Frankie & Benny's (now trading as Frankie's) is a chain of Italian-American-themed restaurants in the United Kingdom run by The Restaurant Group. , it had 90 outlets nationwide.

History

In 1924, at the age of 10, Frankie Giuliani left Sicily with his parents and moved to Little Italy in New York City. Within a year of moving, the family had opened a restaurant, everybody helping with the building and the cooking in equal measure. Frankie went to the nearby high school and became lifelong friends with Benny, already a third-generation American. The restaurant was taken over by Frankie and Benny in 1953. It combines popular American food with traditional Italian dishes.

In 2016, 33 under-performing restaurants were disposed of. Then, In January 2017, The Restaurant Group attempted to reinvent the brand. In 2019, another 18 branches were disposed of and, in February 2020, The Restaurant Group announced that further disposals were planned to take place by the end of 2021.

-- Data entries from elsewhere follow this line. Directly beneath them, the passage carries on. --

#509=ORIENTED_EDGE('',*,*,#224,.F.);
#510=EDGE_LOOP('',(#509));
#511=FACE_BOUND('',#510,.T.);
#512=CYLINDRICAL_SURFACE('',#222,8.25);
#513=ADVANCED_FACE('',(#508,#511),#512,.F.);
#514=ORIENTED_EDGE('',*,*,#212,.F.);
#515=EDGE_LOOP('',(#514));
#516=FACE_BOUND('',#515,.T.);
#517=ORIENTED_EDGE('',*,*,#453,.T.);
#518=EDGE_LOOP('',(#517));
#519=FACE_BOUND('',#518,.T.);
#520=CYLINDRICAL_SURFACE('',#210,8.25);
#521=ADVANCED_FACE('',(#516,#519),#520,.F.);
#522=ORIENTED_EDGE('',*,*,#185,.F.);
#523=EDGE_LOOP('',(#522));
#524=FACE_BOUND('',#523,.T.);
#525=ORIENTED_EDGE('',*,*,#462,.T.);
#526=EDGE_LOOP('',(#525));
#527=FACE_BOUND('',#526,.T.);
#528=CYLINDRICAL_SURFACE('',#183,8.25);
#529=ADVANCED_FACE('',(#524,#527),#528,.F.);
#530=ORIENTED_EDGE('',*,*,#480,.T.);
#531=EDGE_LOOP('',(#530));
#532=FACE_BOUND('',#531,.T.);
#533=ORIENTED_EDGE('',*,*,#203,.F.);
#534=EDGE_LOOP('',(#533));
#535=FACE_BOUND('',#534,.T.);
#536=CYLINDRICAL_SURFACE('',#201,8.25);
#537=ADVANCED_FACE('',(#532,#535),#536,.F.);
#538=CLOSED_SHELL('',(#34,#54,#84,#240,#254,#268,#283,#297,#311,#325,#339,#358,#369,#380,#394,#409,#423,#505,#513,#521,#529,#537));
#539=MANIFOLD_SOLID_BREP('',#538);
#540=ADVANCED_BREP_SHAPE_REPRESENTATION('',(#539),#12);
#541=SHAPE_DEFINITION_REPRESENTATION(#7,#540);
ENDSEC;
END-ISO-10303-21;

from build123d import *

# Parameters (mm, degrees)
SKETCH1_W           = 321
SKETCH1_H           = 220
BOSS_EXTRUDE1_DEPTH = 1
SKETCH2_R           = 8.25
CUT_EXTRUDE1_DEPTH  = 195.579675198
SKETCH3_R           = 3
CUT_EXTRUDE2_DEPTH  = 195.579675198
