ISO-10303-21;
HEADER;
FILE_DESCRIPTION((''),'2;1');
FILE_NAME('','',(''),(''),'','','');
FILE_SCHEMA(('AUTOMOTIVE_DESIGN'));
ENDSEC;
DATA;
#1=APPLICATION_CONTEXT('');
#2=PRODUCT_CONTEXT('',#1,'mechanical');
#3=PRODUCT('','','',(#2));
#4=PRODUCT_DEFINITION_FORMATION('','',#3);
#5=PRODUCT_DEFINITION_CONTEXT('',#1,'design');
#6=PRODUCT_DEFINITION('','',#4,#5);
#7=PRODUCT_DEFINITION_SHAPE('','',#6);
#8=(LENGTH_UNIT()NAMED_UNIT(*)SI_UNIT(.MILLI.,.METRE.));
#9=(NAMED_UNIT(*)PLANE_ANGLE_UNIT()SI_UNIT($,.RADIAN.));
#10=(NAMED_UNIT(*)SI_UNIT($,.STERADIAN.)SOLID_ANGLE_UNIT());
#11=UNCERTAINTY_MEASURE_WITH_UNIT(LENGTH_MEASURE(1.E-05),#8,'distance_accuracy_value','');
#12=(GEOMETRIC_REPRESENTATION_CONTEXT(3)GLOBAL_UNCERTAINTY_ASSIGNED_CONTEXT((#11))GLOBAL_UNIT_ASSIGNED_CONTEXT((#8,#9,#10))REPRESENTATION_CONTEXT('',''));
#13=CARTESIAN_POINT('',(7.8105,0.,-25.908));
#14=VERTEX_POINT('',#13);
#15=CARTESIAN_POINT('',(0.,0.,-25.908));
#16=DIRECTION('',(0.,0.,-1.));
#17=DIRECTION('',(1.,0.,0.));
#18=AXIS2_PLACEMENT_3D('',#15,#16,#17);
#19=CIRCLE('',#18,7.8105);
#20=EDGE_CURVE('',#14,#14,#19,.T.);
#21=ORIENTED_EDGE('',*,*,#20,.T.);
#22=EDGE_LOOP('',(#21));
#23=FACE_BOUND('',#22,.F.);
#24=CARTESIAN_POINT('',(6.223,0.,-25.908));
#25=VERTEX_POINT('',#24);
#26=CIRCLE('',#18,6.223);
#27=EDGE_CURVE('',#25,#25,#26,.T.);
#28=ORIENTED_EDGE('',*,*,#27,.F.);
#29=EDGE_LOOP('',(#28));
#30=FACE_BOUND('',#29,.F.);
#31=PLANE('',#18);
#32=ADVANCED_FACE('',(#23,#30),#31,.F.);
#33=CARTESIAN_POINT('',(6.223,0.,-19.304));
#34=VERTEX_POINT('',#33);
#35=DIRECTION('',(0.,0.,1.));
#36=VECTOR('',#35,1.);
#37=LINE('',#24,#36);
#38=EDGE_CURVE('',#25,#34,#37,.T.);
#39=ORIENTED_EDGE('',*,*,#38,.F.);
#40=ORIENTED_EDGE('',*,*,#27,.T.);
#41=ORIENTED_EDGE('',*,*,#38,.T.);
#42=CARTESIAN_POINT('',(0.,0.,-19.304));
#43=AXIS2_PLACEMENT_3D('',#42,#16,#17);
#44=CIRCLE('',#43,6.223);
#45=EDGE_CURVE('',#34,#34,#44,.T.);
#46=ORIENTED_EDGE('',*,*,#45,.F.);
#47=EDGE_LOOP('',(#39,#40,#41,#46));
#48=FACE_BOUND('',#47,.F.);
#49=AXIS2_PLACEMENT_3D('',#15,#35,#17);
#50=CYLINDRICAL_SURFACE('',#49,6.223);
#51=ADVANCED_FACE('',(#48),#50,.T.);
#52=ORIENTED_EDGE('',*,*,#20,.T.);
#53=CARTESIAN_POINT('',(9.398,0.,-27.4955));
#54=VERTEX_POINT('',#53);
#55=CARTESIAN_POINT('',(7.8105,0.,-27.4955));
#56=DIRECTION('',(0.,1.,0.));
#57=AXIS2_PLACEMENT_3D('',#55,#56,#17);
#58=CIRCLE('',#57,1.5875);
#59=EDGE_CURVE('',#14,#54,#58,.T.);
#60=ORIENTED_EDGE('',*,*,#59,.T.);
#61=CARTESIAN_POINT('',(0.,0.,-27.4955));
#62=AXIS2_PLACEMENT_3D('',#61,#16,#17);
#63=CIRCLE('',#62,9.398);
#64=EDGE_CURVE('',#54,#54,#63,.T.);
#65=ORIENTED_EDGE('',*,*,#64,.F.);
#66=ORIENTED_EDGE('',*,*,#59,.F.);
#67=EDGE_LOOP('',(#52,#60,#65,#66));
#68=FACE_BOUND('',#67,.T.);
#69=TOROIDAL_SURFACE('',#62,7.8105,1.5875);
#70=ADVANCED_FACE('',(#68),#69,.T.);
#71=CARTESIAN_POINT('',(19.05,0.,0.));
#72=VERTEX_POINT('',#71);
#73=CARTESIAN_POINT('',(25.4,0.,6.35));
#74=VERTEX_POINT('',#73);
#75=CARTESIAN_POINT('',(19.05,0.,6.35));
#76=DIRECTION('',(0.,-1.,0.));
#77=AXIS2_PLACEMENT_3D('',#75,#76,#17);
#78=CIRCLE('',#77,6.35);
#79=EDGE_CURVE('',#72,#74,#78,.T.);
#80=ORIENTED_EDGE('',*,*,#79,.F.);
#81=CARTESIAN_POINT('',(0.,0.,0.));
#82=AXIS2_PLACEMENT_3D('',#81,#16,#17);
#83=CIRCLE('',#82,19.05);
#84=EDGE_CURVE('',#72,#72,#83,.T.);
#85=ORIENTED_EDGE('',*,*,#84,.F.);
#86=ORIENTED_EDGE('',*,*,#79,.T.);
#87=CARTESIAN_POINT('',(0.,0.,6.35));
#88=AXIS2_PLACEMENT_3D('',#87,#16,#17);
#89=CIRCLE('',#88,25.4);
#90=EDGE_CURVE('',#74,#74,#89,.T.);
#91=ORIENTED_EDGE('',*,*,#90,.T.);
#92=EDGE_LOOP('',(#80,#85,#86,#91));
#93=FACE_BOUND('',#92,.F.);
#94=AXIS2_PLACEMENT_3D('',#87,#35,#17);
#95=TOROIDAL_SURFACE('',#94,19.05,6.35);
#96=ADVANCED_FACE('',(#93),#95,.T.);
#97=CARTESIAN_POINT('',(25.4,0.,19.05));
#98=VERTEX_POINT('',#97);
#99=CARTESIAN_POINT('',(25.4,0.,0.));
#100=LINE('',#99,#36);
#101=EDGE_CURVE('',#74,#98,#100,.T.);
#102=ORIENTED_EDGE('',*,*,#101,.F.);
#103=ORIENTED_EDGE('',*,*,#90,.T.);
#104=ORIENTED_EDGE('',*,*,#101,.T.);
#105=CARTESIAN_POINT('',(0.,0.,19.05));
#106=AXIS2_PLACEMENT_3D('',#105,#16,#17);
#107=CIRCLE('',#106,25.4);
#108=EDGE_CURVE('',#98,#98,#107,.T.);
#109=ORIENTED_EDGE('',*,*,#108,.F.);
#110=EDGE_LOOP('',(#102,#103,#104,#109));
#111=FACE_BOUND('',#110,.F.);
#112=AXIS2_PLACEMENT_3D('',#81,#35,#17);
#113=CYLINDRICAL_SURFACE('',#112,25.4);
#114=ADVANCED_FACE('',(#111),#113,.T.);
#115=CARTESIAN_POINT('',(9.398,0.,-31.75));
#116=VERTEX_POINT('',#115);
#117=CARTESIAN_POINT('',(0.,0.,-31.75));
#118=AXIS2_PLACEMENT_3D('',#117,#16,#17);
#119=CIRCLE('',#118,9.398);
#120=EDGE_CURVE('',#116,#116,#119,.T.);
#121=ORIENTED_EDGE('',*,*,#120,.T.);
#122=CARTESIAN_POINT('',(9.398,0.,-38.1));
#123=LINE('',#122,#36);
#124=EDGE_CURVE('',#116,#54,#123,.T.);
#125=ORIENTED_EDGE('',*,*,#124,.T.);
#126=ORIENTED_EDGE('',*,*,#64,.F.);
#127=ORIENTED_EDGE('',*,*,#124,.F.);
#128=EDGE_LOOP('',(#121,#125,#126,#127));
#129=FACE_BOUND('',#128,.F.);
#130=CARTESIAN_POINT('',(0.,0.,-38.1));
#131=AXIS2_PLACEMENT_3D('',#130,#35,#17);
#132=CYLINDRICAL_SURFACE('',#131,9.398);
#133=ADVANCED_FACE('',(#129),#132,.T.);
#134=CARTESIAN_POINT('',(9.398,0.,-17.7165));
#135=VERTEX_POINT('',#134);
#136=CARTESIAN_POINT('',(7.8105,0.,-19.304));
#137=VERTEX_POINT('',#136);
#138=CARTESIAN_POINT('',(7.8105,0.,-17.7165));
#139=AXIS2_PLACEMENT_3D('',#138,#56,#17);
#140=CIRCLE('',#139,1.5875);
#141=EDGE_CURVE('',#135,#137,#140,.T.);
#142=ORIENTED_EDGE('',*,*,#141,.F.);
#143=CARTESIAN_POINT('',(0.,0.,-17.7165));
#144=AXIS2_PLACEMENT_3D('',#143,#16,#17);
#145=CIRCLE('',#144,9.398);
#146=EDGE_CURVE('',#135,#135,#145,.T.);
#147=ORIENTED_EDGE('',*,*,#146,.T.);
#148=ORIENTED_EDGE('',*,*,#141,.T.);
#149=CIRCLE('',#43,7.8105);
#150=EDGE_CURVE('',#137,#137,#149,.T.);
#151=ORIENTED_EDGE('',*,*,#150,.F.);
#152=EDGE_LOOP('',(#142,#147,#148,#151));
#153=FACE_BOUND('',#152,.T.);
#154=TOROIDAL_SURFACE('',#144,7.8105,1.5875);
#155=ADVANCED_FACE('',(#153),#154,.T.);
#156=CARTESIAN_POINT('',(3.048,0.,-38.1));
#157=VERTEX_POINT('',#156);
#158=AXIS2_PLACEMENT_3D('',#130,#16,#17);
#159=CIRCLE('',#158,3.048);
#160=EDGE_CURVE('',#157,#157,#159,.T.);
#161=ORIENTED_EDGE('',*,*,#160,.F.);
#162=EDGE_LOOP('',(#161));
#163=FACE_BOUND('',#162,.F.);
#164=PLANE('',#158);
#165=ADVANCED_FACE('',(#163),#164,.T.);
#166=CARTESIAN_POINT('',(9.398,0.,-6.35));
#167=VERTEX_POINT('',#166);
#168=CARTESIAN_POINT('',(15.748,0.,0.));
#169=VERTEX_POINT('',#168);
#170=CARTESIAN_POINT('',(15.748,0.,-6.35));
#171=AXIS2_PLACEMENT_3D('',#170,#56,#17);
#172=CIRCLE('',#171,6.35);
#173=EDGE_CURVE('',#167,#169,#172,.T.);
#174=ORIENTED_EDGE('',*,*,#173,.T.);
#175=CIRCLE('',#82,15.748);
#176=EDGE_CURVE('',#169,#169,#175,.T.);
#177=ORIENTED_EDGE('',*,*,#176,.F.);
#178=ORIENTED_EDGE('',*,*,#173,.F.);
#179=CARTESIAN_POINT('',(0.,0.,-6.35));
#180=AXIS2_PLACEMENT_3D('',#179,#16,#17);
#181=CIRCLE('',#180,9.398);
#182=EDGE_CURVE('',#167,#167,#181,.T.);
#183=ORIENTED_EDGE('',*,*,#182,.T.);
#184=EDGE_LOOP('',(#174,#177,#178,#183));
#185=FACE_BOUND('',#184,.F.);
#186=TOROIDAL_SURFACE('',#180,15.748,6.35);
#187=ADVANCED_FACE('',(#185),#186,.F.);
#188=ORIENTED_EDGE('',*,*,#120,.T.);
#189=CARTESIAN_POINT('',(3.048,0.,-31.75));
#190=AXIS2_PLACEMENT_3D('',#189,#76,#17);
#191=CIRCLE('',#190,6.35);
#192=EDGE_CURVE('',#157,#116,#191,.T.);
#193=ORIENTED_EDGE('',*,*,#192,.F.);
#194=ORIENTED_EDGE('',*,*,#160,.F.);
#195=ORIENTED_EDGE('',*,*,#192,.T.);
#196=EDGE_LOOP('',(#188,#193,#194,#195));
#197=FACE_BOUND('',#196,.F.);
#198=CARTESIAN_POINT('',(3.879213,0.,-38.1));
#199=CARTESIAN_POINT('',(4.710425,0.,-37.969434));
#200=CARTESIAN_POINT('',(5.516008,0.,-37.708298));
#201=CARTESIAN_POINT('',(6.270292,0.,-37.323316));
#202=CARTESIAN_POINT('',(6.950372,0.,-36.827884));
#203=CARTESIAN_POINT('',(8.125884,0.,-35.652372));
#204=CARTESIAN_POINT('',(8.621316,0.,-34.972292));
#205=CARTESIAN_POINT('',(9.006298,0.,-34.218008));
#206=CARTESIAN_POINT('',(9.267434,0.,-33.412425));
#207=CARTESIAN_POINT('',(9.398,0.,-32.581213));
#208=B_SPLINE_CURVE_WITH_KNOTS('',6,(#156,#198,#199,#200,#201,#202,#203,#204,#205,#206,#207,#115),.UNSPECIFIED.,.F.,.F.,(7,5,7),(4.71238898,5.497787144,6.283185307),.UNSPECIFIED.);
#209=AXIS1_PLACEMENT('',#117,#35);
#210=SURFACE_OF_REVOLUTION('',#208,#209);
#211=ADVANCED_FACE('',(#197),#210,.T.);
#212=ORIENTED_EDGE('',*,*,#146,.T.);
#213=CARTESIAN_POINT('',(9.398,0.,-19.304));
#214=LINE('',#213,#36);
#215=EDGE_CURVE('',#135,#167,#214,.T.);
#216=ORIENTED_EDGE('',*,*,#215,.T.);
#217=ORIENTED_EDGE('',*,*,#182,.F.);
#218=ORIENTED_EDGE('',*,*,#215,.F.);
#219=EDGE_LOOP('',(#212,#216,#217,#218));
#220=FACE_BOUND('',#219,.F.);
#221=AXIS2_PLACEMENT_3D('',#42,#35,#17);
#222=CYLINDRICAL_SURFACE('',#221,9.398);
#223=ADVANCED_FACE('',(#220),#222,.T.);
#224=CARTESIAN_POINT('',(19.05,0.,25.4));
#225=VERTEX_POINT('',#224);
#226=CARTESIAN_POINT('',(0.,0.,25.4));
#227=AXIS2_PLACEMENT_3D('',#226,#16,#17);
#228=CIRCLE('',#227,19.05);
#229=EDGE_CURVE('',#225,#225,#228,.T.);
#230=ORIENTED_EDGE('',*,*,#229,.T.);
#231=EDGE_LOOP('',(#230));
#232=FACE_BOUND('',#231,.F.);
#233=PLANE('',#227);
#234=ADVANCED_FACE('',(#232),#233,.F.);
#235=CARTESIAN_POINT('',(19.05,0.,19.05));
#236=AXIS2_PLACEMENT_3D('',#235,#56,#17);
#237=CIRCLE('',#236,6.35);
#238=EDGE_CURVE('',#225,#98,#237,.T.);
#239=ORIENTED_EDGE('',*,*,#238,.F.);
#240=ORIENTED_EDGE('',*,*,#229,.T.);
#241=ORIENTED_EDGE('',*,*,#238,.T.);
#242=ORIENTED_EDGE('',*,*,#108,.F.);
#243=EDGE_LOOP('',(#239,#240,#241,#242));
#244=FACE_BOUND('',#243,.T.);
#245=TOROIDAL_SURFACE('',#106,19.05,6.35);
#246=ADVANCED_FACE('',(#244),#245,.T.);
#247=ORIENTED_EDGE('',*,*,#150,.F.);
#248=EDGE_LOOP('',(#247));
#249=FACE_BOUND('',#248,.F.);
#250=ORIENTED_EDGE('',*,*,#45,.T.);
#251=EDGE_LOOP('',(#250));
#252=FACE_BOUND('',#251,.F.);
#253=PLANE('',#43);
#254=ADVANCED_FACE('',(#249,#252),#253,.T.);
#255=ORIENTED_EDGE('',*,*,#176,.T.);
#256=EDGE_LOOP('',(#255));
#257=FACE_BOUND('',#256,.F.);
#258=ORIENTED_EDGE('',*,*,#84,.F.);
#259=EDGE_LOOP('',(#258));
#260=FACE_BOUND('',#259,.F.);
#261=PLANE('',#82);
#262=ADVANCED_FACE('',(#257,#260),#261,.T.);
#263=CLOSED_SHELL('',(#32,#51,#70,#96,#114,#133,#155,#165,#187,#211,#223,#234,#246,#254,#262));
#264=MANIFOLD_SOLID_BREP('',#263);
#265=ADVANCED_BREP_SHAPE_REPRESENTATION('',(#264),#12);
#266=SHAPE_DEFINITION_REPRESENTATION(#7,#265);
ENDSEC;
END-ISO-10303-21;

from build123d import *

# Parameters (mm, degrees)
F2_R = 6.35
F3_R = 1.5875


with BuildPart() as f1:
    # F0 (on Front) → F1 (revolve)
    with BuildSketch(Plane.XZ):
        Polygon((25.4, 25.4), (0, 25.4), (0, -38.1), (9.398, -38.1), (9.398, -25.908), (6.223, -25.908), (6.223, -19.304), (9.398, -19.304), (9.398, 0), (25.4, 0), align=None)
    revolve(axis=Axis((0, 0, 0.492247), (0, 0, -1)))

    # F2
    f2_edges = [f1.edges().sort_by_distance(p)[0] for p in [
        (-25.4, 0, 0),
        (-25.4, 0, 25.4),
        (25.4, 0, 12.7),
        (-9.398, 0, -38.1),
        (-9.398, 0, 0),
    ]]
    fillet(f2_edges, radius=F2_R)

    # F3
    f3_edges = [f1.edges().sort_by_distance(p)[0] for p in [
        (-9.398, 0, -19.304),
        (-9.398, 0, -25.908),
    ]]
    fillet(f3_edges, radius=F3_R)


solid = f1.part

In 2019, it was reported that virtual restaurant brands Birdbox and Stacks were operating on delivery services Deliveroo and Uber Eats from Frankie & Benny's restaurants.

Seven new vegan dishes were added to the menu in January 2020.

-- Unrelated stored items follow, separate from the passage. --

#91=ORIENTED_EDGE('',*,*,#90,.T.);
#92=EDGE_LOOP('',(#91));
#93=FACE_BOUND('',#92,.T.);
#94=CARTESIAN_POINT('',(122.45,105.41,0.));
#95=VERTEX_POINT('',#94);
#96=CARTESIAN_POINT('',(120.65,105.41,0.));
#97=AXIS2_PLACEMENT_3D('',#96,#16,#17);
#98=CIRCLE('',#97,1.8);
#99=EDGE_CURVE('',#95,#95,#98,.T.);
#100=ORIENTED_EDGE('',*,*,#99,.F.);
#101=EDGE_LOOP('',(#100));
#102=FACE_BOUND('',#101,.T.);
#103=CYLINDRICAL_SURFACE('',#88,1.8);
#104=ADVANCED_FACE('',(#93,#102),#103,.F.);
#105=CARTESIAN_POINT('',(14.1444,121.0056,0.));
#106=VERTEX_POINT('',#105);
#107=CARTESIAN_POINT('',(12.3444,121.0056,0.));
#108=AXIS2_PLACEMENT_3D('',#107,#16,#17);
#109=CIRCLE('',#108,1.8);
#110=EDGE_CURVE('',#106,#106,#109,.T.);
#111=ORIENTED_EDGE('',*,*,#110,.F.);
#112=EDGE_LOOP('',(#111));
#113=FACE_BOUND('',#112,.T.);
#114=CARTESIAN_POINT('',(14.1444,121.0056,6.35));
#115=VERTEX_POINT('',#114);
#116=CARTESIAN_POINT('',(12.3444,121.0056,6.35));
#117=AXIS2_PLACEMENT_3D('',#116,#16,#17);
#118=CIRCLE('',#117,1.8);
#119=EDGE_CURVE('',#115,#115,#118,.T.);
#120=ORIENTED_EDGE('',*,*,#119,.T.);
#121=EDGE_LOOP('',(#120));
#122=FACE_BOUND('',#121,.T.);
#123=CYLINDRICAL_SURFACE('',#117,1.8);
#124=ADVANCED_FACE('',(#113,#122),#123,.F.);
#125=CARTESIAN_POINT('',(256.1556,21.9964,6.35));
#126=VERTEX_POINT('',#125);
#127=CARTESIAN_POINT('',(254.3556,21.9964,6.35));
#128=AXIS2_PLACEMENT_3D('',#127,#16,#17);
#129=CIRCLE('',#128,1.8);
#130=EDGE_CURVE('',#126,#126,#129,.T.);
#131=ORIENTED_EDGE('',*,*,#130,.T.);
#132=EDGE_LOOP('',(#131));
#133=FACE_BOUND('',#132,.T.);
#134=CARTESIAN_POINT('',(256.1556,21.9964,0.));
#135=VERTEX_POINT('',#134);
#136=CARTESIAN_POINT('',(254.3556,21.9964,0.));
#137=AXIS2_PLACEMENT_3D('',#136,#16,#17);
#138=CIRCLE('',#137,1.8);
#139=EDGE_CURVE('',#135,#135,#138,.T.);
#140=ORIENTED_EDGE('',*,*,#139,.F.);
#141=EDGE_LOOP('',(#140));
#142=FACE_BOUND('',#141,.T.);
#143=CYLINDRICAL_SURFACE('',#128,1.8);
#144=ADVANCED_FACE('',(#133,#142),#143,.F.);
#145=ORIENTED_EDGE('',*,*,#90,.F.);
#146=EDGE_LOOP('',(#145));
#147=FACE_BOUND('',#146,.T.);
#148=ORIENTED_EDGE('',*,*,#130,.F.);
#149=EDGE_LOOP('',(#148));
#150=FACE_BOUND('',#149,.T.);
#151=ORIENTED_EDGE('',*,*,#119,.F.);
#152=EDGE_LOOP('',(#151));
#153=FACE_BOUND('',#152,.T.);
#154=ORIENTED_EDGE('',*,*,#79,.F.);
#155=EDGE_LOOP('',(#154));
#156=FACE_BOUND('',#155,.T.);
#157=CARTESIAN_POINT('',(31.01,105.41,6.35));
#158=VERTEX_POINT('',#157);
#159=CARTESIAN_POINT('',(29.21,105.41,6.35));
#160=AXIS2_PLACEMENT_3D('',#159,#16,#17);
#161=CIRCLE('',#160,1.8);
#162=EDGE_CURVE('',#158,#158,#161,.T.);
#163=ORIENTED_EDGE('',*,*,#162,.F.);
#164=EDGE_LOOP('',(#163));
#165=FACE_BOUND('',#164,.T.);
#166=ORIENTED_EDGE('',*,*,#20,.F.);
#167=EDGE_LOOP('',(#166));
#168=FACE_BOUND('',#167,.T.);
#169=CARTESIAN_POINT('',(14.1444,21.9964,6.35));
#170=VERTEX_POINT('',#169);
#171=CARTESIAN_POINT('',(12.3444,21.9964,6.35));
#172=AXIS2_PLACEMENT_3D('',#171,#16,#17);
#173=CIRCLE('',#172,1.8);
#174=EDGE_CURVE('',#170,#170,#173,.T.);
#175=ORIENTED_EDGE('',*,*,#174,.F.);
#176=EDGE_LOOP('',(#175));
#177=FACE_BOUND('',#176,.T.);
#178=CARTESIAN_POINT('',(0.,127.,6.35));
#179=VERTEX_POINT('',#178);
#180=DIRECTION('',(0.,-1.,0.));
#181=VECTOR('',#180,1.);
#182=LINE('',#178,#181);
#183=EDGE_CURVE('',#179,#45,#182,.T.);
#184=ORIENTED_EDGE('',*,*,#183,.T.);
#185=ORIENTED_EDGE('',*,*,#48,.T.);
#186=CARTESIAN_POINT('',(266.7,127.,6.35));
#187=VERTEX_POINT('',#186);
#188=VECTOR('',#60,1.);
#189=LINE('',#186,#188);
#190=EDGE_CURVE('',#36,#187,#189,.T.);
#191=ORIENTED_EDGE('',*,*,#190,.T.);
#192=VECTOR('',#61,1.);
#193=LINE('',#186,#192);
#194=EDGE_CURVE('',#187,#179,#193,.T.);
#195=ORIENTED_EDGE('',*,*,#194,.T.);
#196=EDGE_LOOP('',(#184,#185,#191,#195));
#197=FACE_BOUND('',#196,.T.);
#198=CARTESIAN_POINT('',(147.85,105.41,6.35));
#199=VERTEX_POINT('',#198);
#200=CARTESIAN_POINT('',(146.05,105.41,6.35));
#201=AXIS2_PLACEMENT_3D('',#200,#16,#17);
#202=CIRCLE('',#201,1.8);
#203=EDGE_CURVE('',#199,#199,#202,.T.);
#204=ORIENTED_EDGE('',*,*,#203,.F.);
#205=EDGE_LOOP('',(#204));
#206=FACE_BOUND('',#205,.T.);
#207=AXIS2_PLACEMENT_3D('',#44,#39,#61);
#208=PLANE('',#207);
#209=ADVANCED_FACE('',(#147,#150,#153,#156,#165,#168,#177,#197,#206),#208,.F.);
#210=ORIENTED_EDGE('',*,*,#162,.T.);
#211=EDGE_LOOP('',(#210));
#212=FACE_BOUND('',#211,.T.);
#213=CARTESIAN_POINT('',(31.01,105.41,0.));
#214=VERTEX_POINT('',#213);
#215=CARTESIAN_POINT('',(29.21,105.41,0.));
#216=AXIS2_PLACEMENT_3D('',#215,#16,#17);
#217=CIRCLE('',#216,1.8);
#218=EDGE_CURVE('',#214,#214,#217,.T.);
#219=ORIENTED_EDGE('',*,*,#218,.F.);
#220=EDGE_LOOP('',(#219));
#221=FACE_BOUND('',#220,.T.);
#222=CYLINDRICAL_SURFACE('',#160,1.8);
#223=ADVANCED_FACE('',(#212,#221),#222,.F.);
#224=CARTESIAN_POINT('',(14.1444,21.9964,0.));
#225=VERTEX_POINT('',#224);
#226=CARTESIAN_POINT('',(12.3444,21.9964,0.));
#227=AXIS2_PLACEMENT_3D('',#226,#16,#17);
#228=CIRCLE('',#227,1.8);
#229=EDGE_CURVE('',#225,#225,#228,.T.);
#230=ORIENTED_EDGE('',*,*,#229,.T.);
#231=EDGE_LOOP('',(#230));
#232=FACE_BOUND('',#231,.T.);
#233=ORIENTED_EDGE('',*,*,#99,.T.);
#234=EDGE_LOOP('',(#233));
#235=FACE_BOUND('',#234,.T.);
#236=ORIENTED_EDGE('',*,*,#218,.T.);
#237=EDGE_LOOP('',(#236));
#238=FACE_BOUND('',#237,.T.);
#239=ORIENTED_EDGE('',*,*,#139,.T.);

On 3 June 2020, during the COVID-19 pandemic in the United Kingdom, The Restaurant Group told employees a "large number" of its Frankie & Benny's outlets would not reopen after quarantine; 120 restaurants were disposed of.

In October 2021, the chain shortened its name to "Frankie's". The chain hoped that by reinventing itself and changing its menu again, it could attract more customers and open new locations.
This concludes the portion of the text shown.